We did twice the numbers of a normal Saturday, and we did them while having a ton of fun sharing and teaching games that we love. We took promos for things we knew we loved like Sagrada (holy heck, that ITTD window is so nutty), and we took the Renegade Game Studios exclusive ITTD release (Wonderland), and we added in promos and OP kits from so many great companies, and had one hell of a day. We ran OP for Potion Explosion, Zombicide, Blood Rage, and Bloodborne. We saw so many new people, and we've seen them come back since then as well. ITTD was, and still is, a perfect example of us getting out of an event exactly what we're willing to put into that event. When I ignored it, it ignored me, and when we made plans, advertised those plans, and really took part in the joy of community, we were rewarded for it.

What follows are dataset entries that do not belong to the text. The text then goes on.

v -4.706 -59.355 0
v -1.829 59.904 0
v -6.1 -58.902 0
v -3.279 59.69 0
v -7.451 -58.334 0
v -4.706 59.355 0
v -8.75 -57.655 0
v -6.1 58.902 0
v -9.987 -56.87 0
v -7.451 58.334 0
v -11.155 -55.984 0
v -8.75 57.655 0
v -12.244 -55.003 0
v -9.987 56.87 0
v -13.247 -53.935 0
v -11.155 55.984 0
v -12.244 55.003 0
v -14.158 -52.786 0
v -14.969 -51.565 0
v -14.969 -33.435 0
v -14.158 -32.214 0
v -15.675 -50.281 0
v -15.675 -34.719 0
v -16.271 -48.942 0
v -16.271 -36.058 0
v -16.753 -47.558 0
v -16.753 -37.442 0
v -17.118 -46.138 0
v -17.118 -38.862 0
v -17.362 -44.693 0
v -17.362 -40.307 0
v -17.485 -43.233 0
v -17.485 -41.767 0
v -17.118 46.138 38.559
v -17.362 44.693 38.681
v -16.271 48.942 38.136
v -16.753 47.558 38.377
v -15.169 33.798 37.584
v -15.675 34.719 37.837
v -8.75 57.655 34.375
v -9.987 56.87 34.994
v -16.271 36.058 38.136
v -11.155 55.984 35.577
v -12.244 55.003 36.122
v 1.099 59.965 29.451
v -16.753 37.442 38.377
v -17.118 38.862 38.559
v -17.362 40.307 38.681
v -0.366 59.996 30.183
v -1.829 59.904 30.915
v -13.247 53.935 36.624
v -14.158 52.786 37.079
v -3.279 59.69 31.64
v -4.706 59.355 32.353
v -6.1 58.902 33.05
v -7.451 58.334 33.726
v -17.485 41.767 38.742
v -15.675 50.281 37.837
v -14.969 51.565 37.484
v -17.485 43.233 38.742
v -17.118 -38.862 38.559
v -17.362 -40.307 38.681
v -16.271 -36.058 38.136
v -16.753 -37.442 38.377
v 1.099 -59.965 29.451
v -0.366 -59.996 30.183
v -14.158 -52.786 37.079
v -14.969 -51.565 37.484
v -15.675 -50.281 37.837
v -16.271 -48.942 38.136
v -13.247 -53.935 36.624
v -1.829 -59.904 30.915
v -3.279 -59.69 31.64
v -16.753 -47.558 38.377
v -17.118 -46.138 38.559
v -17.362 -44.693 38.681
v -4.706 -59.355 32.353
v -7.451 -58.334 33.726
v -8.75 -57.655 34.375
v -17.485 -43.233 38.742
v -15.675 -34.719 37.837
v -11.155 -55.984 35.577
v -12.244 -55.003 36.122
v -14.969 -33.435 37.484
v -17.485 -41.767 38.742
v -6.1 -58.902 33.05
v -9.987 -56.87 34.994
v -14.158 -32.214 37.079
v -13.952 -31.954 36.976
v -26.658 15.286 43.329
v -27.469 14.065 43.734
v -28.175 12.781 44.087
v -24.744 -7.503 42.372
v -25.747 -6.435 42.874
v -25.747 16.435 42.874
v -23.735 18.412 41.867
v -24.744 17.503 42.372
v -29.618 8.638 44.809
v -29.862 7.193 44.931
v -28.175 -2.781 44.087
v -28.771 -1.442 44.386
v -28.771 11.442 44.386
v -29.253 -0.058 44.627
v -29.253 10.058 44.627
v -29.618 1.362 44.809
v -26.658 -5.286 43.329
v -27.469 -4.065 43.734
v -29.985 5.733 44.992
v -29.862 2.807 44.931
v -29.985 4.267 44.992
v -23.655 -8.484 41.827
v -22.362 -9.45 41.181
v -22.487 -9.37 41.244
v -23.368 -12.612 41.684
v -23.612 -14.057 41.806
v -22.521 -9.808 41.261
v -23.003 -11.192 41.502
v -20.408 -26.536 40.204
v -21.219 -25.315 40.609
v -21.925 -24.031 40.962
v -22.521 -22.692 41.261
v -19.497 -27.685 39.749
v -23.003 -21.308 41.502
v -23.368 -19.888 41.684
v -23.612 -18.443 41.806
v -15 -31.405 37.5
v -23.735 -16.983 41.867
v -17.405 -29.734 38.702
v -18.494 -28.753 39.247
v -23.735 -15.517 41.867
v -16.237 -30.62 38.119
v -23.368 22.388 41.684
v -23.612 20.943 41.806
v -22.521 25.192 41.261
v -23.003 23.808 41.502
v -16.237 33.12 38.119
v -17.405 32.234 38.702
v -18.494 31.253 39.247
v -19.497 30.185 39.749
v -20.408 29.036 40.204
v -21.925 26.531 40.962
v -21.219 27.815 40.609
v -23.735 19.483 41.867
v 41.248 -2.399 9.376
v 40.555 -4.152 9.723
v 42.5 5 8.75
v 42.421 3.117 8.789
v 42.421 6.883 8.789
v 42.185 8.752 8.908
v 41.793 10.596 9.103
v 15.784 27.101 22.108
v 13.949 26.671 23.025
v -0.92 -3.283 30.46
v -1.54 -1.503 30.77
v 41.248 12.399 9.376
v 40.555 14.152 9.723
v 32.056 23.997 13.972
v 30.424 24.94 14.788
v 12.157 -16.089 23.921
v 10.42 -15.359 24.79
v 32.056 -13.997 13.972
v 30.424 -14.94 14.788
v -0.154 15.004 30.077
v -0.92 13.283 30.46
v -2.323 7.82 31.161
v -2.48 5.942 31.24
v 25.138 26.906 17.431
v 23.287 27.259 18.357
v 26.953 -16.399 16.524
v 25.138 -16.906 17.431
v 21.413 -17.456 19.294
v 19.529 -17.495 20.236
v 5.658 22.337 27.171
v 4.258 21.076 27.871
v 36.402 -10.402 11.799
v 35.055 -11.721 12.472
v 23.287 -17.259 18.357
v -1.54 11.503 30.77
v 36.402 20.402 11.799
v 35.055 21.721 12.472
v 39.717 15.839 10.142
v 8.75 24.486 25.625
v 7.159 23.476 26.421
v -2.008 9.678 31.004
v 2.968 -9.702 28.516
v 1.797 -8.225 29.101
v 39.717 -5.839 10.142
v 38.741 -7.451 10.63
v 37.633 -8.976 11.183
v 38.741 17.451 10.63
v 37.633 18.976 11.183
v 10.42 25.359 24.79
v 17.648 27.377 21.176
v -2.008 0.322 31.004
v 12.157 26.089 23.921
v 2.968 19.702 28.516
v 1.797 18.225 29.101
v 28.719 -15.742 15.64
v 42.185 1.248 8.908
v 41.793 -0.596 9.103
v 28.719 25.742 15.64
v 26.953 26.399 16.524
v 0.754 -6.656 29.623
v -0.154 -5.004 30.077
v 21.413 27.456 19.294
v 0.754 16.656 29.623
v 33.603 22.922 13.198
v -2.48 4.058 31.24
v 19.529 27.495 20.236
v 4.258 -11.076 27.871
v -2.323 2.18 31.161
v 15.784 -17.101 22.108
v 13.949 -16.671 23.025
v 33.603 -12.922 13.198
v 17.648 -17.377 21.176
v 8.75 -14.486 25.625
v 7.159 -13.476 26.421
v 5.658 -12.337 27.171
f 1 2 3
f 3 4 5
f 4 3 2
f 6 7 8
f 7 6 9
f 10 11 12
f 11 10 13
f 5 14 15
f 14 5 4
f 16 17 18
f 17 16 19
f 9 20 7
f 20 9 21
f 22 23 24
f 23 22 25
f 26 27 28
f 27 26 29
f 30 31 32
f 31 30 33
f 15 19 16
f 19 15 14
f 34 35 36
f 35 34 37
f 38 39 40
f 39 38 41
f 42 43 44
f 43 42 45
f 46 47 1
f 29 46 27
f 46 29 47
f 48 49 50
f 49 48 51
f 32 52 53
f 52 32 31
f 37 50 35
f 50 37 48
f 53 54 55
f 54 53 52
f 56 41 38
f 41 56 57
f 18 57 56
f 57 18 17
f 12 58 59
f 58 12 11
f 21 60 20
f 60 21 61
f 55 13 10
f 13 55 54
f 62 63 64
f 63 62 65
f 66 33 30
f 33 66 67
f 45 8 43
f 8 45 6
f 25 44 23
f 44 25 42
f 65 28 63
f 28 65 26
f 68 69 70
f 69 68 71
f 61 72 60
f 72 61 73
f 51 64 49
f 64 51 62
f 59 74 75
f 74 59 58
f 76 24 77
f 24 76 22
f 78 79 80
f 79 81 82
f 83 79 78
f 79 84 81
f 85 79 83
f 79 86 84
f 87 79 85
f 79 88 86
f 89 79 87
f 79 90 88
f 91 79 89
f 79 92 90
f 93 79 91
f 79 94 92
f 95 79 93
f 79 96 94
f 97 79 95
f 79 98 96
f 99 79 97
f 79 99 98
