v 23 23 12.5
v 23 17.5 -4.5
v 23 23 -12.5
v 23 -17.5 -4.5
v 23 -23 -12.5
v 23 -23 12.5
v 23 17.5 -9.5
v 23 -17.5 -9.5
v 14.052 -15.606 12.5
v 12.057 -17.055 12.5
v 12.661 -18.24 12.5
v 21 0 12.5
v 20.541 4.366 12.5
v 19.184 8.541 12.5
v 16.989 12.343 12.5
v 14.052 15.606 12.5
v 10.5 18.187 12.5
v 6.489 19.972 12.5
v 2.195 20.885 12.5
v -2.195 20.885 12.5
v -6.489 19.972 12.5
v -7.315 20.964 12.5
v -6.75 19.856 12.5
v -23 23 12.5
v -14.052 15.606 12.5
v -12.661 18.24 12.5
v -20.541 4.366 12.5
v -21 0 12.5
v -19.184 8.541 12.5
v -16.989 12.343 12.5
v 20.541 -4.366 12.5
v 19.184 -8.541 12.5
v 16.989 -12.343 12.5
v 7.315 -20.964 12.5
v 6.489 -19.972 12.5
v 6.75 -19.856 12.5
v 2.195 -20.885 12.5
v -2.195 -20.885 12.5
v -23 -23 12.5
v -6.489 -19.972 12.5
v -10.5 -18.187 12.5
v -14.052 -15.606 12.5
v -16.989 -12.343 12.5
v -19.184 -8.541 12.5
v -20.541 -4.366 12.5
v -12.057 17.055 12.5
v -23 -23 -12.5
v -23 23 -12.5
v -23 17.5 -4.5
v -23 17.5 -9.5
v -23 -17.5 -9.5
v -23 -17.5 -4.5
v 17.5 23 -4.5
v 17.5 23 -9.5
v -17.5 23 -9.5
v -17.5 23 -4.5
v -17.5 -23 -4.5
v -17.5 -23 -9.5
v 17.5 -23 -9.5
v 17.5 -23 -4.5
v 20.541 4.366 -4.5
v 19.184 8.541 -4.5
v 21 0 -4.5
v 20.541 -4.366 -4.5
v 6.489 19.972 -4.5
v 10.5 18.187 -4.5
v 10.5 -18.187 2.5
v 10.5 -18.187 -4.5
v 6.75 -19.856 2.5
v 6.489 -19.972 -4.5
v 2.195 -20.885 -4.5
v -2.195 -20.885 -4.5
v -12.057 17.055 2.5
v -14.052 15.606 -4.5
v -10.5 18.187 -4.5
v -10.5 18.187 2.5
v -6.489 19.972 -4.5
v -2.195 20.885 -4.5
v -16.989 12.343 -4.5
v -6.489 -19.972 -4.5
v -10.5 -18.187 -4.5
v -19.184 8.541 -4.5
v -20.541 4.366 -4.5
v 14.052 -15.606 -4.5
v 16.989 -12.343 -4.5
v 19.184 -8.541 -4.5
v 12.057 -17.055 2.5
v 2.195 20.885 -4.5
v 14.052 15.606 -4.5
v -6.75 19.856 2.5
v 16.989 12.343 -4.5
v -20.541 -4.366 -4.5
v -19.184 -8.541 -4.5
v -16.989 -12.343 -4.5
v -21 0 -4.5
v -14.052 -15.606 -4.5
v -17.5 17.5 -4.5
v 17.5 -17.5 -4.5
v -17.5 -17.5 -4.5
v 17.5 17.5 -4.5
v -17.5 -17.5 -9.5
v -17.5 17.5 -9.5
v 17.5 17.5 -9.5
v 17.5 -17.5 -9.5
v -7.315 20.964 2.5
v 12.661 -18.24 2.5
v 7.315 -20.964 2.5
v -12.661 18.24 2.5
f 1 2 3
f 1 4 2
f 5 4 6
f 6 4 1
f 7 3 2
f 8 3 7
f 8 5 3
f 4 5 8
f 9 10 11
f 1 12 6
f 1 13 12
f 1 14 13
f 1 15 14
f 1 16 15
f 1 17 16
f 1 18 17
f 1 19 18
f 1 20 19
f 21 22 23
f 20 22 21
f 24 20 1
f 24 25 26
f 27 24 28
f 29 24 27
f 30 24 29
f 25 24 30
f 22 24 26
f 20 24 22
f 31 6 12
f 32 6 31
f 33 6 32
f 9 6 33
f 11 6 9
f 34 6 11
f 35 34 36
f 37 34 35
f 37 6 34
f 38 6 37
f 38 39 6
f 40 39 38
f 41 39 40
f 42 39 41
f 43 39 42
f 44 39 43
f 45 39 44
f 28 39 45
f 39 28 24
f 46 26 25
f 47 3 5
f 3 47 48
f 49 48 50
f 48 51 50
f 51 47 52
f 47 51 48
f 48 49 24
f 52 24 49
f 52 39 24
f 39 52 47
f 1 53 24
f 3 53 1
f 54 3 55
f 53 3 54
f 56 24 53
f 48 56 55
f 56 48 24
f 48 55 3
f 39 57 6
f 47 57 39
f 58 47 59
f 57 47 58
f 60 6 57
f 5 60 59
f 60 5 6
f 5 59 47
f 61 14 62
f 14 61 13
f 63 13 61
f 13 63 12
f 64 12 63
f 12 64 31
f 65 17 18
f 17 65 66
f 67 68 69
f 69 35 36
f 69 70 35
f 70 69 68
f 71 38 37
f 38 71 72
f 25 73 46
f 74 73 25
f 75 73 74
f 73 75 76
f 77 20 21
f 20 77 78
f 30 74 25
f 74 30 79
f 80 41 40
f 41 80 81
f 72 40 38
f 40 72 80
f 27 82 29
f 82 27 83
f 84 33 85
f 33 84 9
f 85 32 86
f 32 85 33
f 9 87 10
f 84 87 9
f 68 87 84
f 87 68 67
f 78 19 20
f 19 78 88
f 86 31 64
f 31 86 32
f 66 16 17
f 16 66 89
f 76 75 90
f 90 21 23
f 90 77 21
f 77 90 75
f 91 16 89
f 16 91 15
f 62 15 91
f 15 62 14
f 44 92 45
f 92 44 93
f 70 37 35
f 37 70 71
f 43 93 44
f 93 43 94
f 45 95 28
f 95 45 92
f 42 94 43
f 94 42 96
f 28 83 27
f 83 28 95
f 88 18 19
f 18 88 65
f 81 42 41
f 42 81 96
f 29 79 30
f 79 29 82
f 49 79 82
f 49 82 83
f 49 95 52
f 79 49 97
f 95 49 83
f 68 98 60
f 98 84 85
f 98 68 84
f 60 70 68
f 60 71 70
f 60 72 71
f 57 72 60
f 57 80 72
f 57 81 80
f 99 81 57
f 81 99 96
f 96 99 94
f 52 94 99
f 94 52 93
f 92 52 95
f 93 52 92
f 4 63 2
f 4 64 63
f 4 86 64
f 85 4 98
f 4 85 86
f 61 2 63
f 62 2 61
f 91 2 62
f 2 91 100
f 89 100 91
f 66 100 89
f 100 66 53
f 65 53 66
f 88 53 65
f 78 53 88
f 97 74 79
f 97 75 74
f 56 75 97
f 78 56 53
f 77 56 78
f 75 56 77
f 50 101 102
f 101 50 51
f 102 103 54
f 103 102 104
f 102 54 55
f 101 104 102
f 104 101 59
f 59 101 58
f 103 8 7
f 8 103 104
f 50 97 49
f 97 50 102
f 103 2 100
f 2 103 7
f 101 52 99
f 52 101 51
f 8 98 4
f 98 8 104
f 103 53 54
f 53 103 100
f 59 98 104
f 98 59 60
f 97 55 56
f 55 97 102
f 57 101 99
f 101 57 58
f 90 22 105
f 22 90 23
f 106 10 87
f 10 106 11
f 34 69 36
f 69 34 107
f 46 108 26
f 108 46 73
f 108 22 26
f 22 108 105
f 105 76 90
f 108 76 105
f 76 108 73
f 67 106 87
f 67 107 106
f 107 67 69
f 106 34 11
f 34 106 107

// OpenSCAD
difference()
{
  cube([46,46,25],center=true);
  translate([0,0,-9]) cylinder(d=42,h=25);
  translate([0,0,-7]) cube([60,35,5],center=true);
  translate([0,0,-7]) cube([35,60,5],center=true);
  rotate([0,0,27]) translate([0,0,15]) cube([6,44,25],center=true);
}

I suspect that holds true for everything in this industry. The more we put into it, the more we get out of it, but I think planning your ITTD and really making a big deal out of it can go a long way, not only in the numbers on that day, but in the continued relationship between your store and customers, both new and old. Of course, some of work depends on the work of our publishing partners. Too many publishers ignored ITTD, and that makes the event feel, what's the word I'm looking for? Shoddy. Let's go with shoddy. If ITTD wants to make itself a really big deal it needs to get support from more mid-major publishers. It needs to get more people on board so that it feels like more of an event. Until it can do that, I'll just work at getting those people on board in my store. Maybe I'm better off that way, but is the industry? (I'm just going to leave that dangling question there for others to answer. On Thursday morning I leave for Atlanta for CMON Expo. If you're there, come say hello! Let's play a game!)